В дверь постучали, заставив вздрогнуть и застыть от ужаса похлеще сцены с маньяком. Потом дошло, что раз не домофон, значит, скорее всего, соседи. Она ведь их не залила? Нет?

Поднявшись, первым делом прошла на кухню, затем заглянула в ванную, убедиться, что нигде ничего не течет и даже не капает. Замерла, вслушиваясь, повториться ли стук. Никогда не отвечала сразу, надеясь, что незваные гости как пришли, так и уйдут, но нынешний был настойчивым и вновь забарабанил. Он что-то проорал, кажется, имя, но слишком неразборчиво. На мгновение все замерло, словно незваный гость оценивал ситуацию.

– Ева, открой! – в этот раз голос звучал отчетливо и, судя по всему, принадлежал подростку.

Она единственный ребенок в семье, а у двоюродных сестер – дочери, значит, никаких детей родственников на ночь глядя черти принести не могли. В подъезде детишки вроде совсем мелкие водились, вечно на пасху ломились за дармовыми угощениями. Ну, это еще ладно, но что за Еву он здесь ищет? Она, может, не всегда была в трезвом уме и твердой памяти, только вот Евой ее точно никогда не звали!

«Давно» – поправил кто-то в голове.

В ушах зазвенело, словно пытаясь заглушить только что услышанное. Сердце забилось так, словно разгонялось для побега. В дверь снова забарабанили.

– Ева! Лучше открой по-хорошему! Не стоит меня злить!

Голова сама собой повернулась в угол, где стояла швабра, покачалась, отвергая увиденное. Нет, этим только от налетевшей из окна пыли защититься можно. Зато на кухне – ножи! Не легко ломающееся керамическое говно, а настоящие стальные, хорошо наточенные! Да, ножи – это тема!

Она успела сделать шаг в нужную сторону, когда услышала характерный поворот замка и щелчок. Не стоило оборачиваться, стоило ускориться! Но кто вообще сказал, что в чрезвычайных ситуациях люди ведут себя адекватно? Ну, кроме критиков фильмов ужасов и слешеров, да и те не всерьез. Так что она обернулась…

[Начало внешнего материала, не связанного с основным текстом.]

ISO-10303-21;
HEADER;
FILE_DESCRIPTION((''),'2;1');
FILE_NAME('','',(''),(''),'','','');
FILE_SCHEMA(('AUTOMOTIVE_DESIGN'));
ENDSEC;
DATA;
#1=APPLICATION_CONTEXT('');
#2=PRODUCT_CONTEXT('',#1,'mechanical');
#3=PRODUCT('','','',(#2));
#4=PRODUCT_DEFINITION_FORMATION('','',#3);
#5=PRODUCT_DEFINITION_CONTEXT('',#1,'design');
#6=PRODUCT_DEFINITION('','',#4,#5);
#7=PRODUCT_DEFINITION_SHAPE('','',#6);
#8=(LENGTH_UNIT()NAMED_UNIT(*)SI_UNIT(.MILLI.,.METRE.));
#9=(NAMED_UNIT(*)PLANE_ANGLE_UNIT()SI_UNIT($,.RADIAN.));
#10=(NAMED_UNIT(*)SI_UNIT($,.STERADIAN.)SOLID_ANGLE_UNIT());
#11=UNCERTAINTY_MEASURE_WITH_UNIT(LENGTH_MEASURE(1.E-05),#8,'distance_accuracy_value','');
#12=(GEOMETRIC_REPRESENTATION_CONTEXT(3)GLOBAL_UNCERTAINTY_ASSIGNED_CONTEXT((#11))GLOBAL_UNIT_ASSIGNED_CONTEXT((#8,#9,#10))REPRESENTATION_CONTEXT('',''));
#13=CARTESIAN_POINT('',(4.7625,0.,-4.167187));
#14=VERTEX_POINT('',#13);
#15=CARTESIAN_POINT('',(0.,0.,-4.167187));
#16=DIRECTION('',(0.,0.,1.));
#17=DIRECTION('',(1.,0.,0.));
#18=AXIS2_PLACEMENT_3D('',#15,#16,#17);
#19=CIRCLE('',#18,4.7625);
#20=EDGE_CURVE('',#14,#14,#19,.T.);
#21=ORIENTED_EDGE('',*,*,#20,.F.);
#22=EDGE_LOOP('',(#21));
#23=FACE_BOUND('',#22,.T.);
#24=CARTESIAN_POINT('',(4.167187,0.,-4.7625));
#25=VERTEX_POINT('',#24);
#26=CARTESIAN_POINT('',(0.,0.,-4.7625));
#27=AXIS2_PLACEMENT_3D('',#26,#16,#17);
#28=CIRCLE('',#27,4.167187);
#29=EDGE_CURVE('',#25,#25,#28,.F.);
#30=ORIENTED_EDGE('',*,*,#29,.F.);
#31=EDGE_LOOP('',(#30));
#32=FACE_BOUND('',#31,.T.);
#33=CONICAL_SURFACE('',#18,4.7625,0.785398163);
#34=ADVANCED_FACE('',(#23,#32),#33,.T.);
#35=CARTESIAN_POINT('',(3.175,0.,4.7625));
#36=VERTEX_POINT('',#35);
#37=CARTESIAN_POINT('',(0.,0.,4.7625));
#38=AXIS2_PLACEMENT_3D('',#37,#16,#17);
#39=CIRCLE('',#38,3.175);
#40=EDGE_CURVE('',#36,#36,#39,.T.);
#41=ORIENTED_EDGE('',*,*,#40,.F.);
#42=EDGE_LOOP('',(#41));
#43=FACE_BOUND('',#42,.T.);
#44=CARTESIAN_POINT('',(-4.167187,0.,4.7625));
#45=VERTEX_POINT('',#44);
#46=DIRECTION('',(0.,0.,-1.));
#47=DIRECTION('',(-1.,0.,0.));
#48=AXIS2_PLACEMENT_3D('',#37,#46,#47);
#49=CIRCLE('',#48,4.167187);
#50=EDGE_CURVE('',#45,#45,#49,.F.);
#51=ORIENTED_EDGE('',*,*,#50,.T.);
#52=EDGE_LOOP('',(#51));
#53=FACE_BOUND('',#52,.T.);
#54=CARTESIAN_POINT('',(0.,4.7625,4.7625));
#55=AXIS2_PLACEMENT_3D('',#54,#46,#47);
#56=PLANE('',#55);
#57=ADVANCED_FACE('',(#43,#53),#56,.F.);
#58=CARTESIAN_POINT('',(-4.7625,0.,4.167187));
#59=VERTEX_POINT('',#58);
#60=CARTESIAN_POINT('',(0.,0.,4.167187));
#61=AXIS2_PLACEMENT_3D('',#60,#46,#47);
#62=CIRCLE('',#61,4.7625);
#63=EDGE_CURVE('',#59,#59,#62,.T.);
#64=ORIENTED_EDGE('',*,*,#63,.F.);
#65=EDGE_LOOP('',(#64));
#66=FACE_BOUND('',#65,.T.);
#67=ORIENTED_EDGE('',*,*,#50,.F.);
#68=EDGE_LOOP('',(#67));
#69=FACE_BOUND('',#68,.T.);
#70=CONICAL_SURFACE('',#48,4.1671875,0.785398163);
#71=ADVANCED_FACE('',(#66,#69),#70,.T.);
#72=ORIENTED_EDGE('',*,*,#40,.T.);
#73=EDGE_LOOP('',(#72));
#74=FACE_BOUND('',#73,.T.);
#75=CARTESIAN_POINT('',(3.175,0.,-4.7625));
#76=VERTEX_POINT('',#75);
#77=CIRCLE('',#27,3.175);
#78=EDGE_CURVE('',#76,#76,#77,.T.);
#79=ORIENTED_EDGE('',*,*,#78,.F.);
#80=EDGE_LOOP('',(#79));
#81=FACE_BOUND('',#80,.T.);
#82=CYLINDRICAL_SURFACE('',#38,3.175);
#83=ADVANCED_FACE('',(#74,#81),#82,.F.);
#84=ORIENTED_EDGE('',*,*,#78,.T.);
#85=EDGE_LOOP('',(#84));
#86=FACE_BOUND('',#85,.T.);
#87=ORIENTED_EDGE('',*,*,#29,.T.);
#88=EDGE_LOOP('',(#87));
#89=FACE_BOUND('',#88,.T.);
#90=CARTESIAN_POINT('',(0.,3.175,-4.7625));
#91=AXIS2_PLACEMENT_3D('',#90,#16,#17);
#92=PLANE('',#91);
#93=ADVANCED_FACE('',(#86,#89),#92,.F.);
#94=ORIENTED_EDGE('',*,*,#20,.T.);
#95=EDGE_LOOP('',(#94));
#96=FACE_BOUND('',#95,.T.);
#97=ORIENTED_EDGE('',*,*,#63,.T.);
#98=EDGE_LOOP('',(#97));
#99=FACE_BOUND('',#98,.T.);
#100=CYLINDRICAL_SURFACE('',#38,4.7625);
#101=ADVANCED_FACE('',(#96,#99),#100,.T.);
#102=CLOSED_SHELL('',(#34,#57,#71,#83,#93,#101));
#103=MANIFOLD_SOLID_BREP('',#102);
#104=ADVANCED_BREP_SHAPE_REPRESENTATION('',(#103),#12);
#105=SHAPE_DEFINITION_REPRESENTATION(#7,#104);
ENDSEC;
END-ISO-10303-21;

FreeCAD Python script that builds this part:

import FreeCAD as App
import Part
import Sketcher

V = App.Vector
Q = App.Units.Quantity


def edges_at(feature, points):
    """Names of the edges that pass closest to the given points."""
    edges = feature.Shape.Edges
    near = lambda p: min(range(len(edges)), key=lambda i: edges[i].distToShape(Part.Vertex(*p))[0])
    return sorted({f"Edge{near(p) + 1}" for p in points})


def add_polygon(sketch, points):
    """Adds a closed chain of lines whose ends are joined by coincident constraints."""
    first, n = sketch.GeometryCount, len(points)
    for a, b in zip(points, points[1:] + points[:1]):
        sketch.addGeometry(Part.LineSegment(App.Vector(*a, 0), App.Vector(*b, 0)), False)
    for i in range(n):
        sketch.addConstraint(Sketcher.Constraint("Coincident", first + i, 2, first + (i + 1) % n, 1))

doc = App.newDocument("Part")
body = doc.addObject("PartDesign::Body", "Body")

sketch1 = doc.addObject("Sketcher::SketchObject", "Sketch")
body.addObject(sketch1)
sketch1.AttachmentSupport = (doc.YZ_Plane, [""])
sketch1.MapMode = "FlatFace"
add_polygon(sketch1, [(4.7625, 4.7625), (3.175, 4.7625), (3.175, -4.7625), (4.7625, -4.7625)])
sketch1.addConstraint(Sketcher.Constraint("Horizontal", 0))
sketch1.addConstraint(Sketcher.Constraint("Vertical", 1))
sketch1.addConstraint(Sketcher.Constraint("Horizontal", 2))
sketch1.addConstraint(Sketcher.Constraint("Vertical", 3))
sketch1.addConstraint(Sketcher.Constraint("DistanceX", 0, 2, 0, 1, Q("0.0625 in")))
sketch1.addConstraint(Sketcher.Constraint("DistanceY", 1, 2, 1, 1, Q("0.375 in")))
sketch1.addConstraint(Sketcher.Constraint("DistanceX", -1, 1, 0, 2, Q("0.125 in")))
sketch1.addConstraint(Sketcher.Constraint("DistanceY", -1, 1, 0, 2, Q("0.1875 in")))
revolution = doc.addObject("PartDesign::Revolution", "Revolution")
body.addObject(revolution)
revolution.Profile = sketch1
revolution.ReferenceAxis = (sketch1, ["V_Axis"])
revolution.Angle = 360
doc.recompute()

chamfer = doc.addObject("PartDesign::Chamfer", "Chamfer")
body.addObject(chamfer)
chamfer.Base = (revolution, edges_at(revolution, [(-4.763, 0, 4.763), (-4.763, 0, -4.763)]))
chamfer.Size = 0.595313

doc.recompute()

И увидела симпатичного парнишку лет пятнадцати-шестнадцати максимум с короткими черными волосами, уложенными в скучную прическу с пробором, одетого в строгий костюм-тройку. Причем и галстук имелся, как будто одной жилетки мало было! Домушники так не одевались. Да и весь его образ скорее милый, даже чуточку смешной вышел… Если б не взгляд синих глаз, холодных, как ноябрьское небо, о которое можно порезаться.

От этого взгляда на грудь словно бы бетонная стена упала. Сердце сдавило болью, оно застучало глуше, стало тяжело дышать. А парнишка скривился в отвращении и приказал:

– Иди за мной. И давай без фокусов, вроде светлой идеи достать один из недавно купленных ножей для разделки мяса. Поняла?

Кажется, она кивнула, но с места не двинулась, наоборот, прислонилась к косяку и попыталась глубоко вдохнуть, только давящая болью тяжесть с груди, несмотря на появившуюся опору, не исчезла.

– Ты идешь? Нет? – пацан нахмурился.

Она снова кивнула и вдруг осознала, что он говорит не по-русски, а на каком-то непонятном языке, который она никогда в своей жизни не слышала.

«Давно» – вновь поправил голос.

– Думаешь, я шучу? Я, по-твоему, сюда шутить с тобой пришел?!

В этот раз ее даже мотнуть головой не хватило. Ноги подкосились, не сумев помимо привычной тяжести выдержать еще и эту невидимую бетонную плиту, продолжающую болью давить на грудь, расходясь по телу жаром приближающейся агонии.

Кажется, до него, наконец, дошло, что дело не только в охватившем ее ужасе, шагнул вперед, на ходу превращаясь из раздраженного и злого в задумчиво-хмурого. Только ее сердце дернулось в последний раз и замерло, позволяя душе завершить то, что оно само не сумело – сбежать.